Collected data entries
--------

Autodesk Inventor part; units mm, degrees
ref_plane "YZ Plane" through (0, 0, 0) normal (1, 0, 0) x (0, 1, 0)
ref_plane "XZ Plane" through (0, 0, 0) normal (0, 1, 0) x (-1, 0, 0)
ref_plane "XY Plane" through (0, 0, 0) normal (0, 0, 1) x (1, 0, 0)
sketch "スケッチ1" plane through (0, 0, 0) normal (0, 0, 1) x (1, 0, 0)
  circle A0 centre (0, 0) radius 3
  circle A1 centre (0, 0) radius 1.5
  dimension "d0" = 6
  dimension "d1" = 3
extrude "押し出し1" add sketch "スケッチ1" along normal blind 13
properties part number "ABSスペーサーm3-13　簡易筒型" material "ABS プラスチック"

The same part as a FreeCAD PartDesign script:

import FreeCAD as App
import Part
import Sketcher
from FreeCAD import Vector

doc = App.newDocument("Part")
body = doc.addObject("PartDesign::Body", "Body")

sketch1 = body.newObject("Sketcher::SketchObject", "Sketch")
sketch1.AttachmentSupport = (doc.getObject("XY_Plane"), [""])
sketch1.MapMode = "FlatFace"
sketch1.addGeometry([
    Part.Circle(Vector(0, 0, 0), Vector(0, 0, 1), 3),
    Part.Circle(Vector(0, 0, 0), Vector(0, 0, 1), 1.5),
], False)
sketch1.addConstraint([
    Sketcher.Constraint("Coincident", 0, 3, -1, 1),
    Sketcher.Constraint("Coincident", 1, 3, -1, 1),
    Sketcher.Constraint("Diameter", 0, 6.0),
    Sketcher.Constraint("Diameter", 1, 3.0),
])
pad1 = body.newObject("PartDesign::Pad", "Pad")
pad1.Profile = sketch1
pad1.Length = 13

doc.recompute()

--------

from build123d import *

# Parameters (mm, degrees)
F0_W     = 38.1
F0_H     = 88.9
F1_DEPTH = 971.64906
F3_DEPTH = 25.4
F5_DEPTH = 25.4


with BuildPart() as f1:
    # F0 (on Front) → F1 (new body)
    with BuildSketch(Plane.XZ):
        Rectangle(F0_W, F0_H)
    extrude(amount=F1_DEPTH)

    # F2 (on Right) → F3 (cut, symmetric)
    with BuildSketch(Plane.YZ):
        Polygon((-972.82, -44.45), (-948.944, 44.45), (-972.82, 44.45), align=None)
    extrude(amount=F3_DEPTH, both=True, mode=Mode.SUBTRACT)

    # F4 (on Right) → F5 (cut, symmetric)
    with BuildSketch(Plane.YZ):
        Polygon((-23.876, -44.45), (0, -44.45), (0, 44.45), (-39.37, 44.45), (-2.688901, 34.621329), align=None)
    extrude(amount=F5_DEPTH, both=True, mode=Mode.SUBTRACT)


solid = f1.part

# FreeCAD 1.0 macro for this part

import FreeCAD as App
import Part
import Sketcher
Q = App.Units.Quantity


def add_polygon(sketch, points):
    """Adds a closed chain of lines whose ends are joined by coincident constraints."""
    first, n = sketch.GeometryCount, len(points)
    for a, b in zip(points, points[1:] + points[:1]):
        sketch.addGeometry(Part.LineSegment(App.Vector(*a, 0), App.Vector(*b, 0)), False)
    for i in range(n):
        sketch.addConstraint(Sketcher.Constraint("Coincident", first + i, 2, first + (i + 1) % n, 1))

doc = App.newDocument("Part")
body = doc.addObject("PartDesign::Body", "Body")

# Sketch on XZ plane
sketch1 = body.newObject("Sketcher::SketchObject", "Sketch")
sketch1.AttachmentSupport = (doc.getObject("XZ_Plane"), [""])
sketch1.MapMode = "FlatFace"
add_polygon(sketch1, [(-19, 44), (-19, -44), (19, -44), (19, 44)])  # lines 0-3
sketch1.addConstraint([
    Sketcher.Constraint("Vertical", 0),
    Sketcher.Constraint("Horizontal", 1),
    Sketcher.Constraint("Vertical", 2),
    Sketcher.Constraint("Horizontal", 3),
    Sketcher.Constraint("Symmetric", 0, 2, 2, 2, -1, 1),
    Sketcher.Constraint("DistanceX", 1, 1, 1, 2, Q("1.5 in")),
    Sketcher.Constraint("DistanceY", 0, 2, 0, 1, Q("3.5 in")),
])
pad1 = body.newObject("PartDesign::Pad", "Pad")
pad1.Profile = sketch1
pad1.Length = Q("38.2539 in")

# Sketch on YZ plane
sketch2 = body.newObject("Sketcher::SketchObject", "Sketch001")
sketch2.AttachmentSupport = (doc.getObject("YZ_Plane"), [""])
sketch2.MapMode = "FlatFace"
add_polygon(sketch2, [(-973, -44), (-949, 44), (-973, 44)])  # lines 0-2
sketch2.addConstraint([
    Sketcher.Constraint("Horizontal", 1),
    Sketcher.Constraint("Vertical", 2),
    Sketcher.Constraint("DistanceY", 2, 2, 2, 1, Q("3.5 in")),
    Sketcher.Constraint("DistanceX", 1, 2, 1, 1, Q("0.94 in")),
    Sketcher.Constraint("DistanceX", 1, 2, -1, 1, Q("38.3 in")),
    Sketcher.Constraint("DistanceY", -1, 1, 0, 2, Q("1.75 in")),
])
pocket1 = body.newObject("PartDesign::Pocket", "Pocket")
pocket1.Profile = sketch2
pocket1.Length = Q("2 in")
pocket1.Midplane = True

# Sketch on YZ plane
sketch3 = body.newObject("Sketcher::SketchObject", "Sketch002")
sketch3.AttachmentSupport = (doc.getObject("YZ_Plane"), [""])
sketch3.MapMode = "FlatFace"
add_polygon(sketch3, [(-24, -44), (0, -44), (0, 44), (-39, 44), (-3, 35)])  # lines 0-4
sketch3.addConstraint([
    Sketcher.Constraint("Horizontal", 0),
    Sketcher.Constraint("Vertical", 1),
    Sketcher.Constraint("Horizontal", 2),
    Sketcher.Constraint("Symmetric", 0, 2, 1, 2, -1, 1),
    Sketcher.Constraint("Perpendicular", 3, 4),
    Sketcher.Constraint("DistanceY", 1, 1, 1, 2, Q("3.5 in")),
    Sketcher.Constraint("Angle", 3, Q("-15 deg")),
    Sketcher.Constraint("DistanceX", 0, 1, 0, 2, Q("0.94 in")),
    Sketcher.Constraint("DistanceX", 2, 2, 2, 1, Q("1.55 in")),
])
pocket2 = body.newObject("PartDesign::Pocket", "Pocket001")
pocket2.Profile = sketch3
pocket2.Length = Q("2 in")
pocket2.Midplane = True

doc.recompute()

--------

* **BRIEF**
Look through the entries above, find each line containing "SUBTRACT", and copy it.

* **FINISHED EXERCISE**
    extrude(amount=F3_DEPTH, both=True, mode=Mode.SUBTRACT)
    extrude(amount=F5_DEPTH, both=True, mode=Mode.SUBTRACT)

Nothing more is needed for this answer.